Поэт откинулся на спинку стула.
— Удивительный ты человек, Маран, — сказал он неожиданно примирительным тоном. — Знаешь, что меня больше всего мучает? Я не знаю за тобой ни одного преступления. Конечно, преступны сами ваши законы, и уже то, что ты им служишь, преступление. Но я имею в виду не это. За любым из верхушки я знаю случаи, когда они попирали даже эти законы, а за тобой — нет. Я хотел бы знать хотя бы об одном преступлении, совершенном тобой лично. Мне было бы как-то проще…
— Проще что?
— Проще жить, наверно.
— Понятно. Вычеркнуть хочешь? — Голос Марана чуть дрогнул, почти незаметно, но Поэт дернулся и впился в него взглядом.
— Тебя? Как же я вычеркну?

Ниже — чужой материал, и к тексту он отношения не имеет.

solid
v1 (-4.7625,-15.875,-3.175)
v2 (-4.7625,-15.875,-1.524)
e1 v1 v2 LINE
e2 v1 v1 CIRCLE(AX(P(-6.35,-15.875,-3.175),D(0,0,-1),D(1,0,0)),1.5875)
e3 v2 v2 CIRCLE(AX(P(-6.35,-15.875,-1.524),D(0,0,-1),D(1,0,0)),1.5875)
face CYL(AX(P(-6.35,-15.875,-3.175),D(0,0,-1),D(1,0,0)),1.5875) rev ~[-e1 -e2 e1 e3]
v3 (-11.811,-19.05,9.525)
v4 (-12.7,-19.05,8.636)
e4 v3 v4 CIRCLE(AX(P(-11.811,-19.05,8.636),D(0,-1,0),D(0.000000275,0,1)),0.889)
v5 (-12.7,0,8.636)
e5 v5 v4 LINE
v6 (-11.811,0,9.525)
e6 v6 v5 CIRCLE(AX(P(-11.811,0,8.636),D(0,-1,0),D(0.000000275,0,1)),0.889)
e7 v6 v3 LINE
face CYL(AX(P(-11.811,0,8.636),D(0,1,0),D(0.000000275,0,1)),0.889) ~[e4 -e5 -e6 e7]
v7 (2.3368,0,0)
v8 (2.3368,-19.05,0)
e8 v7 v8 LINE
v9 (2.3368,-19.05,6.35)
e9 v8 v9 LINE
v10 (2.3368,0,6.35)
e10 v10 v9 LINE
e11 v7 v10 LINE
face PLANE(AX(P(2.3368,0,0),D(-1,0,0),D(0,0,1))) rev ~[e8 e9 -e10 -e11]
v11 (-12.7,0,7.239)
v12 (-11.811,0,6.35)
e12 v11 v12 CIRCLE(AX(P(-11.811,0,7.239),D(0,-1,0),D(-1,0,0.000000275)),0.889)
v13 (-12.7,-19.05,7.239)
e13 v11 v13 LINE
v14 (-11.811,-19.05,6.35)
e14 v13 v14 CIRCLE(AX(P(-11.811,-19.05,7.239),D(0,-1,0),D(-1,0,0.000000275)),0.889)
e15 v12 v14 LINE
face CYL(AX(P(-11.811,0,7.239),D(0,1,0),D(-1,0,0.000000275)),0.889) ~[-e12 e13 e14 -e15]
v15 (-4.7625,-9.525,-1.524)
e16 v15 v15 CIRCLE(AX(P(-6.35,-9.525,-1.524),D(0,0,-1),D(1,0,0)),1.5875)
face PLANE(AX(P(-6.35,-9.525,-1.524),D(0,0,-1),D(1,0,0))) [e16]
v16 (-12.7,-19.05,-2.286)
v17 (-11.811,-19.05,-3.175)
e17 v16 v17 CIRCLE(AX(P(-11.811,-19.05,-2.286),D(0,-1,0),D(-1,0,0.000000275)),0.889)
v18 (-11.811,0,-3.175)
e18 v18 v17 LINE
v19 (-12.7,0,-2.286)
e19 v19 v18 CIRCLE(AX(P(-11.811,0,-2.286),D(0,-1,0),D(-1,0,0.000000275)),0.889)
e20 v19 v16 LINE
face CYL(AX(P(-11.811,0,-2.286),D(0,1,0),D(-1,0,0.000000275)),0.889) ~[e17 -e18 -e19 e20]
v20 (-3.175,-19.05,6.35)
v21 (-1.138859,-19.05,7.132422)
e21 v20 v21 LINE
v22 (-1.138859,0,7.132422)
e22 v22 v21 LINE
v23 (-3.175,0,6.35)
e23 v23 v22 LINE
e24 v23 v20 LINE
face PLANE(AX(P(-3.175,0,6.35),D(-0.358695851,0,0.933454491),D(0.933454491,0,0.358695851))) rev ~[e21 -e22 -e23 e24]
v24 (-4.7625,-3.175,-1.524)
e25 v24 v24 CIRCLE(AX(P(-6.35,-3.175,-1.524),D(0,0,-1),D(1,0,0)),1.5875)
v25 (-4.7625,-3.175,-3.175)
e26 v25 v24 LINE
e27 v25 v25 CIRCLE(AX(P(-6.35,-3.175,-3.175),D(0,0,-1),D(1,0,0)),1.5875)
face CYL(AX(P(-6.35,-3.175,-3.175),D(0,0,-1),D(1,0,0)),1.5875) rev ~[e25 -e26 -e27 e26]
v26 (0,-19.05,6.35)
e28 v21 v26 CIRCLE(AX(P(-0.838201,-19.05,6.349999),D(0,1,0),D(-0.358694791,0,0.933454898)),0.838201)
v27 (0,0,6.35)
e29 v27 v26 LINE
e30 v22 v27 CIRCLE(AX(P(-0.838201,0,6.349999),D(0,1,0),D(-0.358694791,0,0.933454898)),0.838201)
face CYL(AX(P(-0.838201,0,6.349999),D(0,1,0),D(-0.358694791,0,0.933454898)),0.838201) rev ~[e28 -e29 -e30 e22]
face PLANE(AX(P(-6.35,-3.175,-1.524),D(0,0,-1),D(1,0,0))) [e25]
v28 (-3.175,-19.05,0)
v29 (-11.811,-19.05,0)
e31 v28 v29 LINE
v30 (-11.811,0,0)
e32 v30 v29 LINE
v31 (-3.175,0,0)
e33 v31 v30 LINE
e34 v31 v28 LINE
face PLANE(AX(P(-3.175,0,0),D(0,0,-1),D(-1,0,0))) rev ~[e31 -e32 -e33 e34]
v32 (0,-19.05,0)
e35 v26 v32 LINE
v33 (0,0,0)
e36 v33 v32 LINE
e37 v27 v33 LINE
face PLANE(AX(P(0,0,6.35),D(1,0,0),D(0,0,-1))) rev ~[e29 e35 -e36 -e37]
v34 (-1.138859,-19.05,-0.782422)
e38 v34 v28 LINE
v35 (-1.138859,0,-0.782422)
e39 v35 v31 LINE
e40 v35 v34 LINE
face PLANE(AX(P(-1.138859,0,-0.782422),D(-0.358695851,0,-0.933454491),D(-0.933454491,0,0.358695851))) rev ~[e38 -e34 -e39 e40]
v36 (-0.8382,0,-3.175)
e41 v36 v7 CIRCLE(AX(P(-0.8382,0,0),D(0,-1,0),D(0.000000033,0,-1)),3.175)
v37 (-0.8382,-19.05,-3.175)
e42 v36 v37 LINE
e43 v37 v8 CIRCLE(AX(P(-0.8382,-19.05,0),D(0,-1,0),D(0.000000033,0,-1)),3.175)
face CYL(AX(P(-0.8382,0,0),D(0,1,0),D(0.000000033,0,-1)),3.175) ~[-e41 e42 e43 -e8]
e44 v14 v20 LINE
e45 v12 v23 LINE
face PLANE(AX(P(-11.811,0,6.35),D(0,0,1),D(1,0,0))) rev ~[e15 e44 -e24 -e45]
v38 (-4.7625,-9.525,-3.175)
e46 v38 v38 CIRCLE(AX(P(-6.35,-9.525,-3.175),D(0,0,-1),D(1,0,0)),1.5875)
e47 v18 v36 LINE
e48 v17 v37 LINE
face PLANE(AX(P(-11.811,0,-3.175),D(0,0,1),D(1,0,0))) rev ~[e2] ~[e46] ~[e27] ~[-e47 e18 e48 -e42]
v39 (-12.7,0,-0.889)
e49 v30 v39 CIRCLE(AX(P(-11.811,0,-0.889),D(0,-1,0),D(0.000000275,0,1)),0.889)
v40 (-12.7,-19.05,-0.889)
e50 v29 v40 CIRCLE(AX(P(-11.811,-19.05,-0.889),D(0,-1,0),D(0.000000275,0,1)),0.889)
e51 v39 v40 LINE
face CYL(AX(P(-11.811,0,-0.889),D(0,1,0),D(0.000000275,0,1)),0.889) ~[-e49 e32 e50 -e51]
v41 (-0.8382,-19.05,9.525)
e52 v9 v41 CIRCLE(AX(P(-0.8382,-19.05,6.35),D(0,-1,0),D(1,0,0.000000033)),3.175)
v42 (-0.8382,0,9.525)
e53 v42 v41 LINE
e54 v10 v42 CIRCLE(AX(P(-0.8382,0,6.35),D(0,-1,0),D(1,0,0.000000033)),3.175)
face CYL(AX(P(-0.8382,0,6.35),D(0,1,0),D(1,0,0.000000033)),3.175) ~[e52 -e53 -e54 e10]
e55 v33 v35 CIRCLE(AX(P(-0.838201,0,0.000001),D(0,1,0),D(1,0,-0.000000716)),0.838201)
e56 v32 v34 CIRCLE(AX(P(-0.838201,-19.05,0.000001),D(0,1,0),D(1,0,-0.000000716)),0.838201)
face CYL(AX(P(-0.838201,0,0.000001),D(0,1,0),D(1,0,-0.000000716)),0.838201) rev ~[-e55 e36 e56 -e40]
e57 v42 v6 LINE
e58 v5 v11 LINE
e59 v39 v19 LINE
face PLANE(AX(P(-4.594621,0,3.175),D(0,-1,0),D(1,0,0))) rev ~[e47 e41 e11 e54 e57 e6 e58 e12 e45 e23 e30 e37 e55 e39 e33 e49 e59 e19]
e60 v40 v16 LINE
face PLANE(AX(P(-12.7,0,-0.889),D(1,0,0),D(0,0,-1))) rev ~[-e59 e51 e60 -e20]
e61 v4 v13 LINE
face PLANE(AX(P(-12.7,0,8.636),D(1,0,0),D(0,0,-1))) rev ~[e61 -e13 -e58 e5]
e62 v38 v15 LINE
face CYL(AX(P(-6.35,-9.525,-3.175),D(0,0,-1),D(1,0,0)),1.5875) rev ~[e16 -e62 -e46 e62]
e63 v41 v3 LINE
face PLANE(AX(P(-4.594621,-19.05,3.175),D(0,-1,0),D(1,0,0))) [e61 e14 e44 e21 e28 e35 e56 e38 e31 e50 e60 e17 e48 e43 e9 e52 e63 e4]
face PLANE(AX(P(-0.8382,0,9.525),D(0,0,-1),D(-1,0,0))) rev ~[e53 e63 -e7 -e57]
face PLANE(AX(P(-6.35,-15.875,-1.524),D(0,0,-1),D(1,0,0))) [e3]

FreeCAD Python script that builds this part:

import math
import FreeCAD as App
import Part
import Sketcher
Q = App.Units.Quantity

doc = App.newDocument("Part")
body = doc.addObject("PartDesign::Body", "Body")

# Sketch on XZ plane
sketch1 = body.newObject("Sketcher::SketchObject", "Sketch")
sketch1.AttachmentSupport = (doc.getObject("XZ_Plane"), [""])
sketch1.MapMode = "FlatFace"
sketch1.addGeometry([
    Part.LineSegment(App.Vector(0, 6.3, 0), App.Vector(0, 0, 0)),  # 0
    Part.ArcOfCircle(Part.Circle(App.Vector(-0.8, 0, 0), App.Vector(0, 0, 1), 0.8), math.radians(-111), math.radians(0)),  # 1
    Part.LineSegment(App.Vector(-1.1, -0.8, 0), App.Vector(-3.2, 0, 0)),  # 2
    Part.LineSegment(App.Vector(-3.2, 0, 0), App.Vector(-11.8, 0, 0)),  # 3
    Part.ArcOfCircle(Part.Circle(App.Vector(-11.8, -0.9, 0), App.Vector(0, 0, 1), 0.9), math.radians(90), math.radians(180)),  # 4
    Part.LineSegment(App.Vector(-12.7, -0.9, 0), App.Vector(-12.7, -2.3, 0)),  # 5
    Part.ArcOfCircle(Part.Circle(App.Vector(-11.8, -2.3, 0), App.Vector(0, 0, 1), 0.9), math.radians(180), math.radians(270)),  # 6
    Part.LineSegment(App.Vector(-11.8, -3.2, 0), App.Vector(-0.8, -3.2, 0)),  # 7
    Part.ArcOfCircle(Part.Circle(App.Vector(-0.8, 0, 0), App.Vector(0, 0, 1), 3.2), math.radians(-90), math.radians(0)),  # 8
    Part.LineSegment(App.Vector(2.3, 0, 0), App.Vector(2.3, 6.3, 0)),  # 9
    Part.ArcOfCircle(Part.Circle(App.Vector(-0.8, 6.3, 0), App.Vector(0, 0, 1), 3.2), math.radians(0), math.radians(90)),  # 10
    Part.LineSegment(App.Vector(-0.8, 9.5, 0), App.Vector(-11.8, 9.5, 0)),  # 11
    Part.ArcOfCircle(Part.Circle(App.Vector(-11.8, 8.6, 0), App.Vector(0, 0, 1), 0.9), math.radians(90), math.radians(180)),  # 12
    Part.LineSegment(App.Vector(-12.7, 8.6, 0), App.Vector(-12.7, 7.2, 0)),  # 13
    Part.ArcOfCircle(Part.Circle(App.Vector(-11.8, 7.2, 0), App.Vector(0, 0, 1), 0.9), math.radians(180), math.radians(270)),  # 14
    Part.LineSegment(App.Vector(-11.8, 6.3, 0), App.Vector(-3.2, 6.3, 0)),  # 15
    Part.LineSegment(App.Vector(-3.2, 6.3, 0), App.Vector(-1.1, 7.1, 0)),  # 16
    Part.ArcOfCircle(Part.Circle(App.Vector(-0.8, 6.3, 0), App.Vector(0, 0, 1), 0.8), math.radians(0), math.radians(111)),  # 17
], False)
sketch1.addConstraint([
    Sketcher.Constraint("Tangent", 0, 2, 1, 2),
    Sketcher.Constraint("Tangent", 1, 1, 2, 1),
    Sketcher.Constraint("Coincident", 2, 2, 3, 1),
    Sketcher.Constraint("Tangent", 3, 2, 4, 1),
    Sketcher.Constraint("Tangent", 4, 2, 5, 1),
    Sketcher.Constraint("Tangent", 5, 2, 6, 1),
    Sketcher.Constraint("Tangent", 6, 2, 7, 1),
    Sketcher.Constraint("Tangent", 7, 2, 8, 1),
    Sketcher.Constraint("Tangent", 8, 2, 9, 1),
    Sketcher.Constraint("Tangent", 9, 2, 10, 1),
    Sketcher.Constraint("Tangent", 10, 2, 11, 1),
    Sketcher.Constraint("Tangent", 11, 2, 12, 1),
    Sketcher.Constraint("Tangent", 12, 2, 13, 1),
    Sketcher.Constraint("Tangent", 13, 2, 14, 1),
    Sketcher.Constraint("Tangent", 14, 2, 15, 1),
    Sketcher.Constraint("Coincident", 15, 2, 16, 1),
    Sketcher.Constraint("Tangent", 16, 2, 17, 2),
    Sketcher.Constraint("Tangent", 17, 1, 0, 1),
    Sketcher.Constraint("Vertical", 0),
    Sketcher.Constraint("Horizontal", 3),
    Sketcher.Constraint("Vertical", 5),
    Sketcher.Constraint("Horizontal", 7),
    Sketcher.Constraint("Vertical", 9),
    Sketcher.Constraint("Horizontal", 11),
    Sketcher.Constraint("Vertical", 13),
    Sketcher.Constraint("Horizontal", 15),
    Sketcher.Constraint("Coincident", 0, 2, -1, 1),
    Sketcher.Constraint("Coincident", 8, 3, 1, 3),
    Sketcher.Constraint("Coincident", 17, 3, 10, 3),
    Sketcher.Constraint("Equal", 4, 6),
    Sketcher.Constraint("Equal", 8, 10),
    Sketcher.Constraint("Equal", 6, 12),
    Sketcher.Constraint("Equal", 12, 14),
    Sketcher.Constraint("PointOnObject", 2, 2, -1),
    Sketcher.Constraint("Horizontal", 9, 2, 14, 2),
    Sketcher.Constraint("Vertical", 6, 3, 12, 3),
    Sketcher.Constraint("Vertical", 2, 2, 15, 2),
    Sketcher.Constraint("Radius", 1, Q("0.033 in")),
    Sketcher.Constraint("Radius", 4, Q("0.035 in")),
    Sketcher.Constraint("Radius", 8, Q("0.125 in")),
    Sketcher.Constraint("DistanceX", 3, 2, 3, 1, Q("0.34 in")),
    Sketcher.Constraint("DistanceY", 0, 2, 0, 1, Q("0.25 in")),
    Sketcher.Constraint("DistanceX", 4, 2, -1, 1, Q("0.5 in")),
])
pad1 = body.newObject("PartDesign::Pad", "Pad")
pad1.Profile = sketch1
pad1.Length = Q("0.75 in")

# Sketch on XY plane
sketch2 = body.newObject("Sketcher::SketchObject", "Sketch001")
sketch2.AttachmentSupport = (doc.getObject("XY_Plane"), [""])
sketch2.MapMode = "FlatFace"
sketch2.AttachmentOffset = App.Placement(App.Vector(0, 0, -0.125 * 25.4), App.Rotation())
sketch2.addGeometry([
    Part.Circle(App.Vector(-6.3, -15.9, 0), App.Vector(0, 0, 1), 1.6),
    Part.Circle(App.Vector(-6.3, -3.2, 0), App.Vector(0, 0, 1), 1.6),
    Part.Circle(App.Vector(-6.3, -9.5, 0), App.Vector(0, 0, 1), 1.6),
], False)
sketch2.addConstraint([
    Sketcher.Constraint("Equal", 0, 1),
    Sketcher.Constraint("Equal", 1, 2),
    Sketcher.Constraint("Vertical", 0, 3, 1, 3),
    Sketcher.Constraint("Vertical", 1, 3, 2, 3),
    Sketcher.Constraint("Diameter", 0, Q("0.125 in")),
    Sketcher.Constraint("DistanceY", 0, 3, 1, 3, Q("0.5 in")),
    Sketcher.Constraint("DistanceX", 0, 3, -1, 1, Q("0.25 in")),
    Sketcher.Constraint("DistanceY", 0, 3, 2, 3, Q("0.25 in")),
    Sketcher.Constraint("DistanceY", 0, 3, -1, 1, Q("0.625 in")),
])
pocket1 = body.newObject("PartDesign::Pocket", "Pocket")
pocket1.Profile = sketch2
pocket1.Length = Q("0.065 in")
pocket1.Reversed = True

doc.recompute()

Жизнь ведь не рукопись, чтоб ее править, — сказал он тихо.
— А почему ты не хочешь допустить, что я не совершал преступлений? — спросил Маран уже спокойно.
— Это невозможно. В нашем государстве начальник спецотдела
Охраны не может не быть преступником. Его просто не держали бы на таком посту. Разве что ему известны тайны, от которых зависят судьбы сильных мира сего…— Не будь наивным, Поэт! Подобные тайны — оружие обоюдоострое, они опасны. Человека, в них проникшего, убирают вместе с тем, что ему удалось узнать.
— А если он примет меры предосторожности?
— Какие?
— Ну например, оставит у надежных людей сведения, подлежащие обнародованию в случае его гибели.
— Ты рассуждаешь, как ребенок. Из человека, совершившего подобный опрометчивый поступок, выколотят все имена и адреса… не дай тебе Создатель узнать о пытках, которые всего лишь повседневность подвалов Крепости.
Поэт придвинулся ближе и заглянул Марану в глаза, тот не отвел взгляда. Наступило тяжелое молчание.
— Спасибо, что предупредил, — сказал Поэт наконец. — Правда… Признаться, ты поставил меня в затруднительное положение. Ну и дураком же я был. Вообразил, что посвятив в тайну несколько человек, застрахую себя хотя бы на время, пока не приму решение, и пожалуйста, оказывается, я подставил под удар других… среди них еще и женщин плюс ко всему…
Дан похолодел.
— Почему ты заранее решил, что всех выдашь? — пробормотал он, не узнавая собственного голоса. — Любую пытку можно выдержать, если знать, во имя чего…
— Я не люблю красивых слов, — оборвал его Поэт. — Лучше сказать меньше, а сделать больше. Но, в любом случае, предусмотреть надо все. Недостойно мужчины положиться на собственную стойкость и погубить доверившихся ему людей, если окажется, что крепость духа и крепость тела не одно и то же.
— Ты не уверен в себе?
— Я уверен в себе, но сотни людей получше меня и не менее уверенных в себе отрекались не только от других, но и от самих себя. — Он задумался. — По-моему, есть один-единственный способ спасти тех, кому я доверил эту тайну: сделать ее достоянием всех. И как можно скорее. Что скажешь, Маран?
— Сначала я должен узнать, о чем речь.
— Сейчас объясню. Не думаю, впрочем, что я в состоянии тебя особенно удивить… — он снова умолк, глядя на Марана то ли испытующе, то ли с сомнением.
— Колеблешься? — спросил тот.
— Да… А впрочем, нет. Будь что будет! Маран! Ты, конечно, знаешь, где Нит?
— Какой Нит? Врач Рона Льва?
— Да.
— На каторжных работах в северо-восточной спецзоне. Особо строгого режима, высшей секретности. В полутора сутках езды отсюда.
— Точно. Так вот, три дня назад я говорил с ним. В этой самой спецзоне особо строгого режима, высшей секретности.
Маран не шевельнулся.
— Ты мне не веришь?
— Почему же?
— Ну… Я же вижу. Думаешь, что туда невозможно пробраться. И тем более выбраться обратно. Так?
— Не так.
— А как же?
— Я знаю, что ты там был, — спокойно сказал Маран. — Знаю и, с кем.
Поэт подскочил от неожиданности.
— Интересно, происходит ли в Бакнии что-нибудь, чего ты не знаешь?